Journal writing has helped me sort a few things out, especially depression, which I have struggled with for years. I agree with Andrew Solomon’s observation that “The opposite of depression is not happiness, but vitality.” So true.

I have discovered vitality in the most unlikely of mind states, namely, uncertainty. Learning to tolerate it well, and even with an attitude of openness and excitement, relates to that gray area I mentioned a few paragraphs ago, but it requires more self-awareness and patience. The key is to abide in uncertainty while remaining open in heart and mind. I’m even learning to enjoy uncertainty, to the extent that it’s possible. Didn’t Peter Gabriel say this years ago?

“It’s only in uncertainty that we’re naked and alive.”

I always loved that line, but it’s taken decades to live it. I’m much closer now.

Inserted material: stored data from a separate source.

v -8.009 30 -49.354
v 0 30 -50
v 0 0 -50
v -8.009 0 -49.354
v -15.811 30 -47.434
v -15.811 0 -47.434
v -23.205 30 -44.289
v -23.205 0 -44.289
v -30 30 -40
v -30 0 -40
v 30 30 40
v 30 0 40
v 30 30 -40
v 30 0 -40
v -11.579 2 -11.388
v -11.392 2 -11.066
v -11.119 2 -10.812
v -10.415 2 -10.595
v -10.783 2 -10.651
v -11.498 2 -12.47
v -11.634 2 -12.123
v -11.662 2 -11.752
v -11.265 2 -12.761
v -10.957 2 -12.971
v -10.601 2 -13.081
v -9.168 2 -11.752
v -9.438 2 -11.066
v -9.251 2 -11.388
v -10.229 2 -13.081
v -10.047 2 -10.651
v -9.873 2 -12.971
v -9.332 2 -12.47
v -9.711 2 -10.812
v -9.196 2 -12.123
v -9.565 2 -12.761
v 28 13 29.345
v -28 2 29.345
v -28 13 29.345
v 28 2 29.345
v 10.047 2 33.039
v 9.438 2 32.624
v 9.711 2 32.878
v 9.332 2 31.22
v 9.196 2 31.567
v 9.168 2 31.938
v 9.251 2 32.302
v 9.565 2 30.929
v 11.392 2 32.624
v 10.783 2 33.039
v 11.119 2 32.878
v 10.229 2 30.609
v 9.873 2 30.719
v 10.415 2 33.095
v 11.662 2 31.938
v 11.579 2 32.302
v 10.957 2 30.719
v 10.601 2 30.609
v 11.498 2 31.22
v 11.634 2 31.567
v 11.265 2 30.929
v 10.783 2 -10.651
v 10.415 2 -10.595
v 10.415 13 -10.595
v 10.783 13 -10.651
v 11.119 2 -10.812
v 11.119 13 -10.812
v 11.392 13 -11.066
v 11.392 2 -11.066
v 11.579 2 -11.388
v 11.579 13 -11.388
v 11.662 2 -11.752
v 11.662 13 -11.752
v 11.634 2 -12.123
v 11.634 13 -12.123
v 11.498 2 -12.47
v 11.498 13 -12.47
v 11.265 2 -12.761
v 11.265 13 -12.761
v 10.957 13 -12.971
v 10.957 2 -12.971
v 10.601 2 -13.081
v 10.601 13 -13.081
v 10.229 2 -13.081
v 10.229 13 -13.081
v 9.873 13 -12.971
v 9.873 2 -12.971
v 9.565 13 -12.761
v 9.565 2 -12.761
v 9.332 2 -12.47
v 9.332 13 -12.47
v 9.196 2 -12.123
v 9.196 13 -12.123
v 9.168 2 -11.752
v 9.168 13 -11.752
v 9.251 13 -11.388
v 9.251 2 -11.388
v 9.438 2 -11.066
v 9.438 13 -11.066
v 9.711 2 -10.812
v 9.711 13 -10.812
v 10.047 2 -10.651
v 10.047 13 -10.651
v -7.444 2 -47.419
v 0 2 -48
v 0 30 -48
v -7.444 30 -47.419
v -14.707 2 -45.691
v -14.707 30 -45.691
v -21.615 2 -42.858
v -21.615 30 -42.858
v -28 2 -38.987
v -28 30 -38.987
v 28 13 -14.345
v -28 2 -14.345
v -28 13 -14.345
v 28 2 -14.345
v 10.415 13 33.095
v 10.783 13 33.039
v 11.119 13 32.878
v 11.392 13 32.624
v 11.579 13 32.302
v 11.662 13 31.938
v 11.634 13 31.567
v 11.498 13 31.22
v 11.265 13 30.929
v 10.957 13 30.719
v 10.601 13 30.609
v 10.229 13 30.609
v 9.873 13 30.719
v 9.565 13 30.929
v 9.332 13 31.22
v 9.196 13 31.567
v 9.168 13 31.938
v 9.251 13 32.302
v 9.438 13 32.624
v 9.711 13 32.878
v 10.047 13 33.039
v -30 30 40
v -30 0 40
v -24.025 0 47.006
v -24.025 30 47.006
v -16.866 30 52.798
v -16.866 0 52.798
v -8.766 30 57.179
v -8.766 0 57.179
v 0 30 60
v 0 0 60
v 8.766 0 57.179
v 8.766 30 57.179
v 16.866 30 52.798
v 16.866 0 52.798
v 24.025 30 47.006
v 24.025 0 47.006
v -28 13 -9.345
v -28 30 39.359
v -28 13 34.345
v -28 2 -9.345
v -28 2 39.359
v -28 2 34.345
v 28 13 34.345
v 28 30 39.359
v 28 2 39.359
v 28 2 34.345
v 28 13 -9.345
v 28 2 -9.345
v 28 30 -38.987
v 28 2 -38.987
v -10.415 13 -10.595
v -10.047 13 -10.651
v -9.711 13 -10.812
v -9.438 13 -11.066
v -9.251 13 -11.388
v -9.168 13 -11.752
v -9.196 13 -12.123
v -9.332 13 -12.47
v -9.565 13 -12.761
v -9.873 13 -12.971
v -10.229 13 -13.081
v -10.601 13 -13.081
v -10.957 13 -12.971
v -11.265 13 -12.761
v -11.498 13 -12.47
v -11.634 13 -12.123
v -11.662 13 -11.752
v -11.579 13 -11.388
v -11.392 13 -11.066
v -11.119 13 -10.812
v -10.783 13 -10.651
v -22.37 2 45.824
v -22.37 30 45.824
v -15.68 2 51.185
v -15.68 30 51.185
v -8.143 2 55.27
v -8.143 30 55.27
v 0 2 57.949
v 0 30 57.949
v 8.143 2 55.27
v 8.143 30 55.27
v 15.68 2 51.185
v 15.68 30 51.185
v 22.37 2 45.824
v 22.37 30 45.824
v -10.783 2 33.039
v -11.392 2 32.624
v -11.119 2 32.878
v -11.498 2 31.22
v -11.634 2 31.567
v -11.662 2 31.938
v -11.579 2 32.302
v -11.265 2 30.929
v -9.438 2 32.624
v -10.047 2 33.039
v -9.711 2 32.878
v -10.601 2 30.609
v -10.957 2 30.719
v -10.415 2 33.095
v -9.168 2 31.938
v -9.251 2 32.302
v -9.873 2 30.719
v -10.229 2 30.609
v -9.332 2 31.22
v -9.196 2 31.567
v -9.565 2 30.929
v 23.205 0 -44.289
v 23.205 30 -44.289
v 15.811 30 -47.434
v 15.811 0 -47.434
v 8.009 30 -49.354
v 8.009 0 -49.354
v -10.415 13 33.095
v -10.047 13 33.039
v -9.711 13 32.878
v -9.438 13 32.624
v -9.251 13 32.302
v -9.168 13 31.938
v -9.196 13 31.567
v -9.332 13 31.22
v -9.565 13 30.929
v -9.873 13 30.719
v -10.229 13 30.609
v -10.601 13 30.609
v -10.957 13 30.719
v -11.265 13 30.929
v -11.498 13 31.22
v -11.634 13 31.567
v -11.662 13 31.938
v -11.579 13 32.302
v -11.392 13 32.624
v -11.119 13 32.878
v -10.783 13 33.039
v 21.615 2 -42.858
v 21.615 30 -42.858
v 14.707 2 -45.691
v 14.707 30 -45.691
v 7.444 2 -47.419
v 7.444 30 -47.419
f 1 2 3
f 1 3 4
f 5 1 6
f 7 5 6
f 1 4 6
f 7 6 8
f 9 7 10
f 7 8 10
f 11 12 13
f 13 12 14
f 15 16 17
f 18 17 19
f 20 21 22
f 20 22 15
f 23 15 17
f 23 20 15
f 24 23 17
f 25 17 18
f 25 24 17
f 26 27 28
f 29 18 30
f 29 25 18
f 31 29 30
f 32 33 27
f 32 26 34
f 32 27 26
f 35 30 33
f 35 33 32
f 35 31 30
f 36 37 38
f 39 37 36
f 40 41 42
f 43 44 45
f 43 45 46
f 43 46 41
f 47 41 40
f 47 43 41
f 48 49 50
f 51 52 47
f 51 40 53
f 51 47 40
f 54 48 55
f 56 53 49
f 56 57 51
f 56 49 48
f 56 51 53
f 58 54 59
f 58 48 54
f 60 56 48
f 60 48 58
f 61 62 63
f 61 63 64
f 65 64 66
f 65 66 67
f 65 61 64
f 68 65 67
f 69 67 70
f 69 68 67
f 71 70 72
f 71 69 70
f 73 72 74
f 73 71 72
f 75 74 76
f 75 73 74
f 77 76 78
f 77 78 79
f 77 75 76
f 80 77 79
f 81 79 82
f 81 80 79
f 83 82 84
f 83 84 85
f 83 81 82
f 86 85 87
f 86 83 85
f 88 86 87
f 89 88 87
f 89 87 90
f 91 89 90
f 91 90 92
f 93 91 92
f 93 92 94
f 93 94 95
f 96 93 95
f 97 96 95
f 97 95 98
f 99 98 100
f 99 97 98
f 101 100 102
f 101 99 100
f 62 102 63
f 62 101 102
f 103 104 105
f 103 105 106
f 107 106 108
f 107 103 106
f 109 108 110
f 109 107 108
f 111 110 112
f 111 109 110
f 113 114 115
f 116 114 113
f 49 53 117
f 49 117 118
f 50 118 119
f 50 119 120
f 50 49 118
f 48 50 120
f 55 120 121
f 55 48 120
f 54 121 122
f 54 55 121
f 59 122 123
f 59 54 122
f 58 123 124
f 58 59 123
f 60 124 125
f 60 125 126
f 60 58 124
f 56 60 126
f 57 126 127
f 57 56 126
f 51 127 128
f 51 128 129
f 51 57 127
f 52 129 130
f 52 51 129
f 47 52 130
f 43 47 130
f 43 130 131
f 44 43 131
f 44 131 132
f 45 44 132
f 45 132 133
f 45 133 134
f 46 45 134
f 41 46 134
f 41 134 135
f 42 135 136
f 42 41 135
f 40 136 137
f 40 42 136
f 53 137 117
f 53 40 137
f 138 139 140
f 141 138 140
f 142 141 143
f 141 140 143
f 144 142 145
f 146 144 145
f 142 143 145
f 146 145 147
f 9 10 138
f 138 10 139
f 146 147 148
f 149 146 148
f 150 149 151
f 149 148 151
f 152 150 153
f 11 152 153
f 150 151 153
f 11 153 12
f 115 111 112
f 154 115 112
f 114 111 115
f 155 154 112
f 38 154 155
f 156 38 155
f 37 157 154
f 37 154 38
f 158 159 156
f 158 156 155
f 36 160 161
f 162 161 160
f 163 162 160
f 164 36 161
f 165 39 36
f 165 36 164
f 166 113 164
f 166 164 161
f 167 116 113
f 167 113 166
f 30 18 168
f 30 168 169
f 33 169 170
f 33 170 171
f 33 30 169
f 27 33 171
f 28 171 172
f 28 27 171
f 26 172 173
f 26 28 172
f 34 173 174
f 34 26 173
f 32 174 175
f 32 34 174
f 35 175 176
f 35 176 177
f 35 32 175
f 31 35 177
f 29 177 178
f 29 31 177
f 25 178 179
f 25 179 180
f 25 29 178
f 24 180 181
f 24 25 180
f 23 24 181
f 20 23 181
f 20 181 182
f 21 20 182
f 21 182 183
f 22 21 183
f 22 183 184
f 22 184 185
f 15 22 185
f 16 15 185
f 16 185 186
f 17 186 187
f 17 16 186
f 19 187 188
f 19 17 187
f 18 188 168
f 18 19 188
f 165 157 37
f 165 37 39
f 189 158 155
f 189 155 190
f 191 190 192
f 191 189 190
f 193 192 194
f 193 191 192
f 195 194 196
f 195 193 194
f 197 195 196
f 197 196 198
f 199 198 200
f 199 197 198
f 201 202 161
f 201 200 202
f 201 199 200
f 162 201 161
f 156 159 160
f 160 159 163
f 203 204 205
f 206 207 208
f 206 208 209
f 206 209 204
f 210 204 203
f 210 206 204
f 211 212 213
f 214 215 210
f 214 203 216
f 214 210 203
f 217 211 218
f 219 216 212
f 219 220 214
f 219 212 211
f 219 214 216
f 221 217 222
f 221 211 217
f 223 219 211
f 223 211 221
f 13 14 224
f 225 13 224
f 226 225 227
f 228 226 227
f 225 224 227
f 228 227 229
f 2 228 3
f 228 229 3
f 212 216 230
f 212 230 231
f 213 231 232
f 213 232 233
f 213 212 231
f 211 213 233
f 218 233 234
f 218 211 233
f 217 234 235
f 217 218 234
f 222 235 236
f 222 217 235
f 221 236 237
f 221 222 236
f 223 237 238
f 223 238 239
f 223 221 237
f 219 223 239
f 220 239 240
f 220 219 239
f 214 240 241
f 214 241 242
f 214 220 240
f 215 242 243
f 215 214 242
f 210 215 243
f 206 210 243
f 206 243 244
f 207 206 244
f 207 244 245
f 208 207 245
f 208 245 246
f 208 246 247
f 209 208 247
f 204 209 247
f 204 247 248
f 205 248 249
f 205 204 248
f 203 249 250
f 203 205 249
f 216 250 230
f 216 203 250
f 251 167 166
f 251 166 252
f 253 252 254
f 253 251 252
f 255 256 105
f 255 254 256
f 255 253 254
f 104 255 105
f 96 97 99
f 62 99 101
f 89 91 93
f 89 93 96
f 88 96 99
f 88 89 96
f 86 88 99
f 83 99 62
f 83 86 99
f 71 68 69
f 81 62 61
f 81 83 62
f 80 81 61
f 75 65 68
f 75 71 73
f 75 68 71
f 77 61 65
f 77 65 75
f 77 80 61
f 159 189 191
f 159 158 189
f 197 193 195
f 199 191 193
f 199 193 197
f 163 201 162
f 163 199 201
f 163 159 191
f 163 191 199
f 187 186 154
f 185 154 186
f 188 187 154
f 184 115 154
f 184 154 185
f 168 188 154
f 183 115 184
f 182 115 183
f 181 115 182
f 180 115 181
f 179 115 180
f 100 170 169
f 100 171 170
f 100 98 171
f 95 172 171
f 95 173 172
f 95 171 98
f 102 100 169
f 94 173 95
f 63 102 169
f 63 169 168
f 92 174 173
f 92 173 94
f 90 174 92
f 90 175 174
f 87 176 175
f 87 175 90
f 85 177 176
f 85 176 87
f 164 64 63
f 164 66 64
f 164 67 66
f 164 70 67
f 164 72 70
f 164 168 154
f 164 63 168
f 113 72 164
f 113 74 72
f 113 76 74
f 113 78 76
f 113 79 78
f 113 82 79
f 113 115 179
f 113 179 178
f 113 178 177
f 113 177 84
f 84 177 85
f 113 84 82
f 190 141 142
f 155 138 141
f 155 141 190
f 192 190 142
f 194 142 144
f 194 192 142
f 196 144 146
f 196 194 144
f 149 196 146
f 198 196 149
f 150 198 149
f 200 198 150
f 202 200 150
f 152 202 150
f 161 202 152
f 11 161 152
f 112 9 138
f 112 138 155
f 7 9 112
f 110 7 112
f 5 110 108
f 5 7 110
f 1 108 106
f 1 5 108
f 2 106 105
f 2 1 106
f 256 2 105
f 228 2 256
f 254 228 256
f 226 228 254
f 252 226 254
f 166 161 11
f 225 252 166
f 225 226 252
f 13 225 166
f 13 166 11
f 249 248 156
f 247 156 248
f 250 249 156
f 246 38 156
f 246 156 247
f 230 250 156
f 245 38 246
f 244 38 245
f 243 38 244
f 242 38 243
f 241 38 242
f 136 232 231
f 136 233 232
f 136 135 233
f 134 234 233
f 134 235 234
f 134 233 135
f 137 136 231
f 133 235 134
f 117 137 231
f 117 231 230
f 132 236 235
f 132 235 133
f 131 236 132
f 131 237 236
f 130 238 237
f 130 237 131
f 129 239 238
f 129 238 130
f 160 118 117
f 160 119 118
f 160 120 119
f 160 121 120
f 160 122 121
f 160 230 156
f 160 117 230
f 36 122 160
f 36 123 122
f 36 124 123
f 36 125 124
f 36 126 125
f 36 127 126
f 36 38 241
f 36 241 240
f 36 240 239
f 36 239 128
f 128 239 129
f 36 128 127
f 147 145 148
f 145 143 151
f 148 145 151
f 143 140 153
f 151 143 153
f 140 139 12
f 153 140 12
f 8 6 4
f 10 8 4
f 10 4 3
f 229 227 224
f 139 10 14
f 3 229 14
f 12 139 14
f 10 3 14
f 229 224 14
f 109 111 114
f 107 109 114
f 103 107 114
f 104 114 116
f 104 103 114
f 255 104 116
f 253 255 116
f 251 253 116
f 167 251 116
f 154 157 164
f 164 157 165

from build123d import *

# Parameters (mm, degrees)
SALIENTE_EXTRUIR1_DEPTH = 30
VACIADO1_T              = -2
CROQUIS2_W              = 56
CROQUIS2_H              = 5
CROQUIS2_R              = 1.25
SALIENTE_EXTRUIR2_DEPTH = 11


with BuildPart() as part:
    # Croquis1 → Saliente-Extruir1 (new body)
    with BuildSketch(Plane(origin=(0, 0, 0), x_dir=(1, 0, 0), z_dir=(0, 1, 0))):
        with BuildLine():
            Line((-30, 40), (-30, -40))
            ThreePointArc((-30, -40), (-16.865514856, -52.798272284), (0, -60))
            ThreePointArc((0, -60), (16.865514856, -52.798272284), (30, -40))
            Line((30, -40), (30, 40))
            ThreePointArc((30, 40), (15.811388301, 47.434164903), (0, 50))
            ThreePointArc((0, 50), (-15.811388301, 47.434164903), (-30, 40))
        make_face()
    extrude(amount=SALIENTE_EXTRUIR1_DEPTH)

    # Vaciado1
    vaciado1_openings = [part.faces().sort_by_distance(p)[0] for p in [
        (0, 30, 3.068322719),
    ]]
    offset(amount=VACIADO1_T, openings=vaciado1_openings, kind=Kind.INTERSECTION)

    # Croquis2 → Saliente-Extruir2 (add)
    # profile 1 of 2: a face of its own
    with BuildSketch(Plane(origin=(0, 2, 0), x_dir=(1, 0, 0), z_dir=(0, 1, 0))):
        with Locations((0, -31.845)):
            Rectangle(CROQUIS2_W, CROQUIS2_H)
        with Locations(Location((-10.415, -31.845, 0), (0, 0, 270))):
            Circle(CROQUIS2_R, mode=Mode.SUBTRACT)
        with Locations(Location((10.415, -31.845, 0), (0, 0, 270))):
            Circle(CROQUIS2_R, mode=Mode.SUBTRACT)
    # profile 2 of 2: a face of its own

Two favorite poems that express the extraordinary aliveness at the heart of not knowing are “Against Certainty” by Jane Hirschfield and “Lost” by David Wagoner.

How I Spend My Days

My husband and I live in a cabin in the mountains of Southern California. One of my favorite activities is walking in the mountains while listening to audiobooks. We live at an altitude of over 6,000 feet, so we experience four seasons. But even in winter, the beach is under two hours away. After living in Minnesota for 20 years, that feels like a great luxury. It’s also a gift to be living closer to family (finally) and the ocean.

My neighborhood in the San Bernardino National Forest (photo by the author)

Each morning, I tune in to one or two guided meditations on Insight Timer before getting out of bed. I recommend the Mindful Mornings Challenge and The Daily Insight. For more about IT, have a look at my first article on Medium:

Before I go, Meet One of My Heroes

Mindful living is my primary focus as a freelance writer, and Thich Nhat Hanh is one of my favorite mindfulness teachers. The title of this article is borrowed from a famous poem of his, which Joan Borysenko calls “a container for duality,” and it is indeed. (Borysenko’s reading and interpretive comments are part of a collection of readings that accompany Kim Rosen’s book Saved by a Poem.) You might also enjoy Oprah’s interview with him on an episode of Super Soul Sunday.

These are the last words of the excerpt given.